# ABOUT THIS TASK:
After reading the data below, copy out every line that contains the word "Locations".

** Opening SUPPLIED DATA block **

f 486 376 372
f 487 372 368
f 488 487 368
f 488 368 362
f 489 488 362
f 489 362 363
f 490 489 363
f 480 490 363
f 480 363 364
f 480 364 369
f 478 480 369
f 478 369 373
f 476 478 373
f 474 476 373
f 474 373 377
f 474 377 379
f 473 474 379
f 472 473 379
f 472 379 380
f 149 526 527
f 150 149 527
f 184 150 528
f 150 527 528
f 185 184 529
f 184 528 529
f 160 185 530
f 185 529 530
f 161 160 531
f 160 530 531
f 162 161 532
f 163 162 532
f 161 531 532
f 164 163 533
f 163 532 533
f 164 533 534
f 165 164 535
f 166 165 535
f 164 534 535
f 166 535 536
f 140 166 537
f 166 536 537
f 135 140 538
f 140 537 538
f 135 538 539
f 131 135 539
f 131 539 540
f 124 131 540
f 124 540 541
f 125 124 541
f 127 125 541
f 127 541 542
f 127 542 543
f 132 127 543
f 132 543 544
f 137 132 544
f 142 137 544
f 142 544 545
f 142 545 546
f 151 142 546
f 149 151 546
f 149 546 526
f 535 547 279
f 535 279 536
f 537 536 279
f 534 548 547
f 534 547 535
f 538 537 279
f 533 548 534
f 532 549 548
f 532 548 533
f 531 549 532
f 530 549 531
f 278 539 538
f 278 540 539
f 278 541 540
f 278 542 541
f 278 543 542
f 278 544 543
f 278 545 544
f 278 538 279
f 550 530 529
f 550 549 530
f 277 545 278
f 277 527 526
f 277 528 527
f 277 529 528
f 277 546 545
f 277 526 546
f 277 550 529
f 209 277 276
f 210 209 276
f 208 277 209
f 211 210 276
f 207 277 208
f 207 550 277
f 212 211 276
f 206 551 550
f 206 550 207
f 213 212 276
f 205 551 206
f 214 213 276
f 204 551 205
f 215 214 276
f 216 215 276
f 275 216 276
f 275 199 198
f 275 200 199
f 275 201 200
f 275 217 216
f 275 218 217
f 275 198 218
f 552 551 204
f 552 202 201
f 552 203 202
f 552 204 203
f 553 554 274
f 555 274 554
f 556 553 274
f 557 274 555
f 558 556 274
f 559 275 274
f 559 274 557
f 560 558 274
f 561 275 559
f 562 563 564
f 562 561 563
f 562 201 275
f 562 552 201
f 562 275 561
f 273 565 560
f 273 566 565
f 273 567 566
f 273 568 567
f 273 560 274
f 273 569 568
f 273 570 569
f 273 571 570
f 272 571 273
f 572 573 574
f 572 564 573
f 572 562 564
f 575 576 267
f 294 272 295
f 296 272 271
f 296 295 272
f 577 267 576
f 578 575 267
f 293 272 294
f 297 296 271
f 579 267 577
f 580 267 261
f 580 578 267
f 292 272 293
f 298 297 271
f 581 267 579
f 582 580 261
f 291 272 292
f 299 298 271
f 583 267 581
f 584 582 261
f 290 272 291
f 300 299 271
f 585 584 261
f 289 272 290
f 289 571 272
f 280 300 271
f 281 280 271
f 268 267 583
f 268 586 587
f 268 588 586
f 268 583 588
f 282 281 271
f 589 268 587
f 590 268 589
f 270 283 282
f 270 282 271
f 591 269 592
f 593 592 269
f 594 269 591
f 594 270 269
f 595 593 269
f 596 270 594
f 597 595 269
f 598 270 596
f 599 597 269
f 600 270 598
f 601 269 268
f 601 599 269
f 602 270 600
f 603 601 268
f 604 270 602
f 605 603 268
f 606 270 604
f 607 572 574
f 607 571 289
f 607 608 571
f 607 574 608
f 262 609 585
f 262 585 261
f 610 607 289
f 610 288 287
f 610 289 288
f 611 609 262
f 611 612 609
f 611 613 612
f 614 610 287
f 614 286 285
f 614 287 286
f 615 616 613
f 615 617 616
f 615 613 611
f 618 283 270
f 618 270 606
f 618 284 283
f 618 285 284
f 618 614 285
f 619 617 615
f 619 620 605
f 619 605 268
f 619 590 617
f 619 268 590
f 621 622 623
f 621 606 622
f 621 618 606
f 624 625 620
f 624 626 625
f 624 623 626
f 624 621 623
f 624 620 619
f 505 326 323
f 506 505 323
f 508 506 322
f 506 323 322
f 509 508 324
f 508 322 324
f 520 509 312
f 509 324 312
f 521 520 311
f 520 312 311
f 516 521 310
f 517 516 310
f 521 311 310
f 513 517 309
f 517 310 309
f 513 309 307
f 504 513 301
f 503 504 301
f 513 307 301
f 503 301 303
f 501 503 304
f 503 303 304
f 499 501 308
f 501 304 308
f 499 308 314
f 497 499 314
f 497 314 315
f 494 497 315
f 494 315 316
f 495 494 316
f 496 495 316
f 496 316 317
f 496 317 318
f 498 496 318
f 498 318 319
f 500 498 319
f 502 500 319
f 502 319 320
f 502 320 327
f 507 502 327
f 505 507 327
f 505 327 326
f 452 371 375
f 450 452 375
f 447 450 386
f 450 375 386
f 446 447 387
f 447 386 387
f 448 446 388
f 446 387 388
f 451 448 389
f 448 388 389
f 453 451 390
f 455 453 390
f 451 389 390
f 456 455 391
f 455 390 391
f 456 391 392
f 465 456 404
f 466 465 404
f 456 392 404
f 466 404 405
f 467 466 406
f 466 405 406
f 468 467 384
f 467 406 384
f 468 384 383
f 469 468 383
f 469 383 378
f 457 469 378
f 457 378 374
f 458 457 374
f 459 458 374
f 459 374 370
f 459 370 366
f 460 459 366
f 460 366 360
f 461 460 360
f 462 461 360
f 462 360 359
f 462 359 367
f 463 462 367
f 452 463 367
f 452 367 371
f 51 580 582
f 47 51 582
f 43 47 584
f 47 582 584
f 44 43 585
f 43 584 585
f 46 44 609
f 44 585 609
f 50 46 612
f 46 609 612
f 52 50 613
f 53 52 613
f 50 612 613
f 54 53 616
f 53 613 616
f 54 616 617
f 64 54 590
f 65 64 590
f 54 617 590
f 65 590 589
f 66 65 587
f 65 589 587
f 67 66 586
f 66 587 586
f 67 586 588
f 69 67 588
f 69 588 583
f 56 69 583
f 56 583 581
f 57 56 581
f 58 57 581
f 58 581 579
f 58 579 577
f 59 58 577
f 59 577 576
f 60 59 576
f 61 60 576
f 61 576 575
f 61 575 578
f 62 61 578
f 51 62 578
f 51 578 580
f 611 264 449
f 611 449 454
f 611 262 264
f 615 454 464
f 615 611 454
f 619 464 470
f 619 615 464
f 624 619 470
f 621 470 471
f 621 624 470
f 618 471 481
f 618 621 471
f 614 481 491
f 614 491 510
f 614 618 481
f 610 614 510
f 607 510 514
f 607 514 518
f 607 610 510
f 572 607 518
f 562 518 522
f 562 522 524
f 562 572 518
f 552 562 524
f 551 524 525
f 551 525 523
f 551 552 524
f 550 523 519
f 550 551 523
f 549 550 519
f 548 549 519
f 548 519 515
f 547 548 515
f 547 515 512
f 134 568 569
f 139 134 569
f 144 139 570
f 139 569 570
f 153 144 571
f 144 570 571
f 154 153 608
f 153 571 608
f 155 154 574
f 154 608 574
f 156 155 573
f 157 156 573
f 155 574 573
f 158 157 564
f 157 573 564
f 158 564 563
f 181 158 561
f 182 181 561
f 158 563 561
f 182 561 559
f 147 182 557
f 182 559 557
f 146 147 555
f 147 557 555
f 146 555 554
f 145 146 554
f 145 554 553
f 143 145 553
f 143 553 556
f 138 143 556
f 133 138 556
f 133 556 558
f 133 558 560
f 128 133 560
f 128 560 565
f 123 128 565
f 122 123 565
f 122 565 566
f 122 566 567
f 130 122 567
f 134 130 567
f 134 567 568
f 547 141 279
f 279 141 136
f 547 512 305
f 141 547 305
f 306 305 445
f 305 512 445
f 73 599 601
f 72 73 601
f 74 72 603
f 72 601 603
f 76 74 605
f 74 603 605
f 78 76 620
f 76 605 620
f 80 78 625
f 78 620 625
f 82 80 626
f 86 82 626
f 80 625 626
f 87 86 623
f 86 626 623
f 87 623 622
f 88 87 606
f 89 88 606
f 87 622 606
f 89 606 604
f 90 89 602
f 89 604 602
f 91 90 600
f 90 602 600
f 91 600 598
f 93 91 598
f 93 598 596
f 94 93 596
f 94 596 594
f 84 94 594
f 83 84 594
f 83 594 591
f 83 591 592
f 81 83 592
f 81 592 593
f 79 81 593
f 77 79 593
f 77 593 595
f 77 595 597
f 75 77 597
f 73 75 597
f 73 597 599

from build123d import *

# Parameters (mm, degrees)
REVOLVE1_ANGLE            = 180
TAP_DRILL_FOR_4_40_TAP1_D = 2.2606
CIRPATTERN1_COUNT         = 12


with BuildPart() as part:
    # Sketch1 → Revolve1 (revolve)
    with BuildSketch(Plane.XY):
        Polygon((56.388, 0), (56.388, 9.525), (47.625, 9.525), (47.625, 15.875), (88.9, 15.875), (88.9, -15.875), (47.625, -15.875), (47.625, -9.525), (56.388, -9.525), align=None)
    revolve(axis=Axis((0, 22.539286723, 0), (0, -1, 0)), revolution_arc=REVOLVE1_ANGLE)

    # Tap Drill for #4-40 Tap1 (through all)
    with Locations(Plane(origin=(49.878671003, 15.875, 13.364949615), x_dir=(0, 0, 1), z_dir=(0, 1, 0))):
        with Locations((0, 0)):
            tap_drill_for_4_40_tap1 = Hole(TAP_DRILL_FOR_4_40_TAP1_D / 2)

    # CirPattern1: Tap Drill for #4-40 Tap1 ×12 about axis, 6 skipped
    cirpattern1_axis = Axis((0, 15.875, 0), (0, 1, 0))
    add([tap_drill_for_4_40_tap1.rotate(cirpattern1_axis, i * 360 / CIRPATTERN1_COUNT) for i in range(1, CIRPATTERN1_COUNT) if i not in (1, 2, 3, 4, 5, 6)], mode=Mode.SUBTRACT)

** Closing SUPPLIED DATA block **
** Opening SUPPLIED DATA block **

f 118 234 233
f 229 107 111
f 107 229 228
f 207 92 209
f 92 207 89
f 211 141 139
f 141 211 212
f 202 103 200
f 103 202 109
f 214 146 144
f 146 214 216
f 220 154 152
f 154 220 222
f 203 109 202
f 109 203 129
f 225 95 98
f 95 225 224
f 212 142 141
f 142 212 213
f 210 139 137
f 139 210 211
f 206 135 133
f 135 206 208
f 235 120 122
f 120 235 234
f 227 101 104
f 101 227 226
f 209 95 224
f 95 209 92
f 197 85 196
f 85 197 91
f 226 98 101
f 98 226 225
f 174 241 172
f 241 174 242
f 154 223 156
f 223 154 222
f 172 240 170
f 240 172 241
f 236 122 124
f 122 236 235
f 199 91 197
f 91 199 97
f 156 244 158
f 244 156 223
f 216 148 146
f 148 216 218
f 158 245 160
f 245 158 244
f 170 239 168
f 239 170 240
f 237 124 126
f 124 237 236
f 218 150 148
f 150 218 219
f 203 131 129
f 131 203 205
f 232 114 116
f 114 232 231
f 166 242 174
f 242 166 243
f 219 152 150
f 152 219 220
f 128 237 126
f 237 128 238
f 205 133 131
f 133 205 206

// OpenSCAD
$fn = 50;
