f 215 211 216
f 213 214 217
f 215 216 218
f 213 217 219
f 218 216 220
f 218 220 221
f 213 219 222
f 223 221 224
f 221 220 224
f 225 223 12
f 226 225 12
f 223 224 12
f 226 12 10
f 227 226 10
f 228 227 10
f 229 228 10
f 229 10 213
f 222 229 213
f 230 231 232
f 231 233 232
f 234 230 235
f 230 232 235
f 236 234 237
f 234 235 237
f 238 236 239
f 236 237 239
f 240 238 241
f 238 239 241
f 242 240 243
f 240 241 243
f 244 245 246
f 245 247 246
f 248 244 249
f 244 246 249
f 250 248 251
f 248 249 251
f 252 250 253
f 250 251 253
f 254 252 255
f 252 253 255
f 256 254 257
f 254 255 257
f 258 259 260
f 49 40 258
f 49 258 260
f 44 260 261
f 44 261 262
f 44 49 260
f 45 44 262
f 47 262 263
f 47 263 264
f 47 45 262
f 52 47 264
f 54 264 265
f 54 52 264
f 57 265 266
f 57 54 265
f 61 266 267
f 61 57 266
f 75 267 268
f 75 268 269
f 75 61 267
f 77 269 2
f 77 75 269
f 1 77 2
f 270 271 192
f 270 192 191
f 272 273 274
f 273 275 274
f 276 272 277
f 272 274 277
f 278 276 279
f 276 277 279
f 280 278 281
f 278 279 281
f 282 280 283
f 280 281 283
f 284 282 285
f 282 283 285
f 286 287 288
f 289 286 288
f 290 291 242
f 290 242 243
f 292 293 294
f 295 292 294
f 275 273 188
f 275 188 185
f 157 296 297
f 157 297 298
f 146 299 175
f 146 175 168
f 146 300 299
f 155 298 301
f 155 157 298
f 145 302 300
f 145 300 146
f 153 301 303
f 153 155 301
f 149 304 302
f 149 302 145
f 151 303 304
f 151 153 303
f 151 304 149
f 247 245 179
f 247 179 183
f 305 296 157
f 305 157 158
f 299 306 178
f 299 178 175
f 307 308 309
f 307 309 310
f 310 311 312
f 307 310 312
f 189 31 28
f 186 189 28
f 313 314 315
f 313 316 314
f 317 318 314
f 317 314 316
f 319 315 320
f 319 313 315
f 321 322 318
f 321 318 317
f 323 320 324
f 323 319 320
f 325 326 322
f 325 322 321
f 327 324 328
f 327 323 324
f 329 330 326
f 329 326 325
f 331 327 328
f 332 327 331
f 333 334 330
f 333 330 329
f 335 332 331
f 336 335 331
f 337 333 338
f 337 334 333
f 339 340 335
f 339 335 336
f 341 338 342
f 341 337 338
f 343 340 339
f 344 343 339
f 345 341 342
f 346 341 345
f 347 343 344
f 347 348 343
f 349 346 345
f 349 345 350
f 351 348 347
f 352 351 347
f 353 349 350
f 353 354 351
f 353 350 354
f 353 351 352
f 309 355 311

** Closing SUPPLIED DATA block **
** Opening SUPPLIED DATA block **

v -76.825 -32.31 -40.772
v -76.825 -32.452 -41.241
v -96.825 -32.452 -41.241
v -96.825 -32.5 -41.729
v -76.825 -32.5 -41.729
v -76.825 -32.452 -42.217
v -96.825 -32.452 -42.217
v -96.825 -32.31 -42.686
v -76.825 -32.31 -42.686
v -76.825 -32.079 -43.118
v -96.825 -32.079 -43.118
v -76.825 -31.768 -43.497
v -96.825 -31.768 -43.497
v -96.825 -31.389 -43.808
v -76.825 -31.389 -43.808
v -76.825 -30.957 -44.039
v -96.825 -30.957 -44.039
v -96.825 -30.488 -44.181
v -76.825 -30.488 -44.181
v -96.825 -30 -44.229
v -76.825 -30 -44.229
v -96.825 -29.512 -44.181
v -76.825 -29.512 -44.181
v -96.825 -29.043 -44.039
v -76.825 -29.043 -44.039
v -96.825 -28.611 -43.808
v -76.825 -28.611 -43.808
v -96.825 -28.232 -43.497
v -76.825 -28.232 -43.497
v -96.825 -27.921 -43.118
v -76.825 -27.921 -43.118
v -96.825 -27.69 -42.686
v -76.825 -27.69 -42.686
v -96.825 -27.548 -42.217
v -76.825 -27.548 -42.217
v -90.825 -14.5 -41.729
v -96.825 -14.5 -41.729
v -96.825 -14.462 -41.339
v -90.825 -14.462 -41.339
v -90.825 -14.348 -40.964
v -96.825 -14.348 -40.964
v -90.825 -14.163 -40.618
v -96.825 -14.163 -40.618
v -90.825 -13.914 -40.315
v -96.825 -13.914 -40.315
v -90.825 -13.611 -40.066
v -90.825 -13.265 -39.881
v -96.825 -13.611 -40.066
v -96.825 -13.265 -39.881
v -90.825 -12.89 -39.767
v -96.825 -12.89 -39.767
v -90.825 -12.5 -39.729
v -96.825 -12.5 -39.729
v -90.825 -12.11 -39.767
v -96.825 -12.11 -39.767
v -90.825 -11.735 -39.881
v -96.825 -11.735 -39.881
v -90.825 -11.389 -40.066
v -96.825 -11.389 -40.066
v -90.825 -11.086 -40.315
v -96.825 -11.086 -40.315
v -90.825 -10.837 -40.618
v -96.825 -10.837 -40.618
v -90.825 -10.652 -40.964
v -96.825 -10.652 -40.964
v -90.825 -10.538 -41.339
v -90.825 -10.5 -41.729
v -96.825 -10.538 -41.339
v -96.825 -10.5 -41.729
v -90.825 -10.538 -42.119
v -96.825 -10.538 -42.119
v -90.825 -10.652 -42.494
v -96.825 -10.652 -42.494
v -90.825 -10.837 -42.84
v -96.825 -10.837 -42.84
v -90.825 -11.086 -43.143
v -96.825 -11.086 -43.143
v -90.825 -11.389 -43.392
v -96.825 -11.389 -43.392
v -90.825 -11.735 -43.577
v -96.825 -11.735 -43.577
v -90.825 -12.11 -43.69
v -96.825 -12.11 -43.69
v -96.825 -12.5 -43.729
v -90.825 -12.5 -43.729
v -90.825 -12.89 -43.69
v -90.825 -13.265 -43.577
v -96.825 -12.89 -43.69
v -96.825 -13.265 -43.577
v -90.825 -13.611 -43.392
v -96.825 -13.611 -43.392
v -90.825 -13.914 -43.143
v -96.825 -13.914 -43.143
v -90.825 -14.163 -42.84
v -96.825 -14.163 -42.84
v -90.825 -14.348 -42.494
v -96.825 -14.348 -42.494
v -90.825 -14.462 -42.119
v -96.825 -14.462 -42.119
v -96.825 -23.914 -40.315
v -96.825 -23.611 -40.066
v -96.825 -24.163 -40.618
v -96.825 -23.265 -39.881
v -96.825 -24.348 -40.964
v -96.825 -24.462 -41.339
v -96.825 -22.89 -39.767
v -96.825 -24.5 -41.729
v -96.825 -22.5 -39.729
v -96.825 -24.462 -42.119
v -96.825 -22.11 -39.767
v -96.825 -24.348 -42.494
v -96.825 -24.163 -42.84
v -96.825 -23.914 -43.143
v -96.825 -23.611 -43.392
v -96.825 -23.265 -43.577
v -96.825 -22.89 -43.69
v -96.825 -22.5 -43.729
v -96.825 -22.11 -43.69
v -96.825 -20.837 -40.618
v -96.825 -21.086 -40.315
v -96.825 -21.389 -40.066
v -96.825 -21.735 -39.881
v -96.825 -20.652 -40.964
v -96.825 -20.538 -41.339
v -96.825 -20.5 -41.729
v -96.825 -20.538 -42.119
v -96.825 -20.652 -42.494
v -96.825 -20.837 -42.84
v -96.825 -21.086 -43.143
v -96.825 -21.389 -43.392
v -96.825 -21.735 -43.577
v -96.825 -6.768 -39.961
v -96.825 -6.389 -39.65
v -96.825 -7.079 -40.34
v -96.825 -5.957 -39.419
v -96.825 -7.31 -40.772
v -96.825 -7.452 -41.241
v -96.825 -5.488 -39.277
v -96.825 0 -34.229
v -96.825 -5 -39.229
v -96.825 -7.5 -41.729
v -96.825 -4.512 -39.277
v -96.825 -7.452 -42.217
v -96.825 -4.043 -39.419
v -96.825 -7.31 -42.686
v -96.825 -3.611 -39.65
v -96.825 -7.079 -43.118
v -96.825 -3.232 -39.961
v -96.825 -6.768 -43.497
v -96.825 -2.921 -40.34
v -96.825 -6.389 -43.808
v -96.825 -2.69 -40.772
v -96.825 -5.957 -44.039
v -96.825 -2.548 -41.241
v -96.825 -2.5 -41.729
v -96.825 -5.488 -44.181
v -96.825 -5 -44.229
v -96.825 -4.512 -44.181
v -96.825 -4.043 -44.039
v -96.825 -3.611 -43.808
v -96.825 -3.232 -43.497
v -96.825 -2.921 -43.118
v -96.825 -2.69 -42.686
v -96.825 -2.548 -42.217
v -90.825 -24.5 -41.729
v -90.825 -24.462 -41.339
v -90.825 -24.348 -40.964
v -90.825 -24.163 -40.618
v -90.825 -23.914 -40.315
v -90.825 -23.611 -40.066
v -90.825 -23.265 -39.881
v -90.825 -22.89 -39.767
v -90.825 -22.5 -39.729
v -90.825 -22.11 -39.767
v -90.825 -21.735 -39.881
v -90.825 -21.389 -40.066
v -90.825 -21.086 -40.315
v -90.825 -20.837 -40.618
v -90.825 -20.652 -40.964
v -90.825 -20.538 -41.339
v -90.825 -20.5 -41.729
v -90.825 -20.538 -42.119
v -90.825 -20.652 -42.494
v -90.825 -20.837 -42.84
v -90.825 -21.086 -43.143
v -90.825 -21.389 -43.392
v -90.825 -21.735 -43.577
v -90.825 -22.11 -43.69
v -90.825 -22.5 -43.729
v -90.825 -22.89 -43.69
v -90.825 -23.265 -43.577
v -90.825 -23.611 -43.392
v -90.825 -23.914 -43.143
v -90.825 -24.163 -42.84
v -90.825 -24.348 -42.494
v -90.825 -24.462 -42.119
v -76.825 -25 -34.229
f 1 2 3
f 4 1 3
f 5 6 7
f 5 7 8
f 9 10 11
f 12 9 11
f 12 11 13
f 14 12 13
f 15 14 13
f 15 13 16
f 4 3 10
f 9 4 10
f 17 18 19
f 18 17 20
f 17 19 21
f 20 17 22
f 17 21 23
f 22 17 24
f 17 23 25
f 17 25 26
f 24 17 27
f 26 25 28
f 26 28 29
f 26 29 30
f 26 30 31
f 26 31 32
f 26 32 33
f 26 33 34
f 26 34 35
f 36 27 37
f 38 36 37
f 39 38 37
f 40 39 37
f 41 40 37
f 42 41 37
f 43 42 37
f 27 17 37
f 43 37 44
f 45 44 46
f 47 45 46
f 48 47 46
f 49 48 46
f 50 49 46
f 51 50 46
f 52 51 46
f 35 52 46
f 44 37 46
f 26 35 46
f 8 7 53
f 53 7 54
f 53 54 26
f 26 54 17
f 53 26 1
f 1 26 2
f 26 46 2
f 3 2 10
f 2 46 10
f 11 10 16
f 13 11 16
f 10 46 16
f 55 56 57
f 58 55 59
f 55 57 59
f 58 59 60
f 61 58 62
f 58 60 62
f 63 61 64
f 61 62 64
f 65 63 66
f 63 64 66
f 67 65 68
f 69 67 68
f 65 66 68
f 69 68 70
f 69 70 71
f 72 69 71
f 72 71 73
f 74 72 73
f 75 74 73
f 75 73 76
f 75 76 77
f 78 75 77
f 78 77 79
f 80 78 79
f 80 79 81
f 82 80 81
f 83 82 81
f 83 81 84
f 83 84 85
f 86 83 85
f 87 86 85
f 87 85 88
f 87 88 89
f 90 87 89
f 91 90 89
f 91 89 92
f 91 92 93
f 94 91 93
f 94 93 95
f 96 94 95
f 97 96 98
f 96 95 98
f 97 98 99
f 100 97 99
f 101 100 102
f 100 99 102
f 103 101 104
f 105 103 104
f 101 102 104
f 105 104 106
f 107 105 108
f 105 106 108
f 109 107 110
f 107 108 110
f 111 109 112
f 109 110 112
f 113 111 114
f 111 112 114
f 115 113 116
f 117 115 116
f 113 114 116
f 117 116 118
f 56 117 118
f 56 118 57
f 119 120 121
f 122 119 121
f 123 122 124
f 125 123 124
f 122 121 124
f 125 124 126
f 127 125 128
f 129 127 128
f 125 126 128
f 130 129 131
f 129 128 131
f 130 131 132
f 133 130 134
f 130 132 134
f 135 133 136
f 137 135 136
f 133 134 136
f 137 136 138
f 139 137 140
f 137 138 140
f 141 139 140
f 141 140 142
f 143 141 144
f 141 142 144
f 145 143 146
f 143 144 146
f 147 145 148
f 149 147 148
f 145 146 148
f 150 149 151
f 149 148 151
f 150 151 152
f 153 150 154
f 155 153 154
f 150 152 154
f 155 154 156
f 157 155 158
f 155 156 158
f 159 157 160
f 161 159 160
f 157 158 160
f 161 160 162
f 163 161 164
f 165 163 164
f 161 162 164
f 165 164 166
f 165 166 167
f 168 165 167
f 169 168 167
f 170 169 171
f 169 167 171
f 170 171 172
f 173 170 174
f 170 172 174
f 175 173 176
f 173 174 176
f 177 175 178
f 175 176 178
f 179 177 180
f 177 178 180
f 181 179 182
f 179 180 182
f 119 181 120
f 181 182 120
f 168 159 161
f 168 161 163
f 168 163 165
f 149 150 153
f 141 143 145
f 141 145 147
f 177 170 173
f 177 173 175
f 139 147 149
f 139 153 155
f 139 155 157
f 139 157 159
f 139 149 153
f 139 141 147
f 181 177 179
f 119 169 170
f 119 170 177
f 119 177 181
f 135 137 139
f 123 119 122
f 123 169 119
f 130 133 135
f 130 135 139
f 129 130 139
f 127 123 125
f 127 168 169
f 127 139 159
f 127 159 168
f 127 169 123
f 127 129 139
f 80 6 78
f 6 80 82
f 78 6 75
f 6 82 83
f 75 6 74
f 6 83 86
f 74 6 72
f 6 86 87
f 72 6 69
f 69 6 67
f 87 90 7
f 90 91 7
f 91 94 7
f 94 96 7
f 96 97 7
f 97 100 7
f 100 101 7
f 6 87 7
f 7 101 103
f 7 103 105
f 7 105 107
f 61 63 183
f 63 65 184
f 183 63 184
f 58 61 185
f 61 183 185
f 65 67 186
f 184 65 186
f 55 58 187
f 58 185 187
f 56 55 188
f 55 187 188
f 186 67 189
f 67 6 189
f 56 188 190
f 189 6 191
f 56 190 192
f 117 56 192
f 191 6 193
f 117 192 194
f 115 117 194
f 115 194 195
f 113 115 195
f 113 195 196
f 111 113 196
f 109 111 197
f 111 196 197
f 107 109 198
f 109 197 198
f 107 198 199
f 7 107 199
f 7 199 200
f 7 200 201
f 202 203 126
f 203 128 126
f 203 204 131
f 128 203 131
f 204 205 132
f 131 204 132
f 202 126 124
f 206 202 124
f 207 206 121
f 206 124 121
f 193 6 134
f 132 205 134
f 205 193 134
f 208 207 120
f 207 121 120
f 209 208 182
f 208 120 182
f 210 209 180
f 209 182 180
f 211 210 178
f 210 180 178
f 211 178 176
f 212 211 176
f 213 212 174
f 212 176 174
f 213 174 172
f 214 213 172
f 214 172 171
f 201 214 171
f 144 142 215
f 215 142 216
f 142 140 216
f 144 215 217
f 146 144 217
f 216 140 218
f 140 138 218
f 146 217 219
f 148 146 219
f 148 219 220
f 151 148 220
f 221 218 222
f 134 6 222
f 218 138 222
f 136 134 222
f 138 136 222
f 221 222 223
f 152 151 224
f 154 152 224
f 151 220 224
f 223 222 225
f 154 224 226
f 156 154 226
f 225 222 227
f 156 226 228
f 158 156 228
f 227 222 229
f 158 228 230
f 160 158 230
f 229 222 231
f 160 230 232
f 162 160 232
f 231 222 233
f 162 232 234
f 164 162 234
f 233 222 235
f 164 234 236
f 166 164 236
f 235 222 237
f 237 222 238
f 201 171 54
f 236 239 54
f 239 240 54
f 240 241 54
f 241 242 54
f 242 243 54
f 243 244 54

** Closing SUPPLIED DATA block **

# ANSWER TO THE EXERCISE:
    with Locations(Plane(origin=(49.878671003, 15.875, 13.364949615), x_dir=(0, 0, 1), z_dir=(0, 1, 0))):
        with Locations((0, 0)):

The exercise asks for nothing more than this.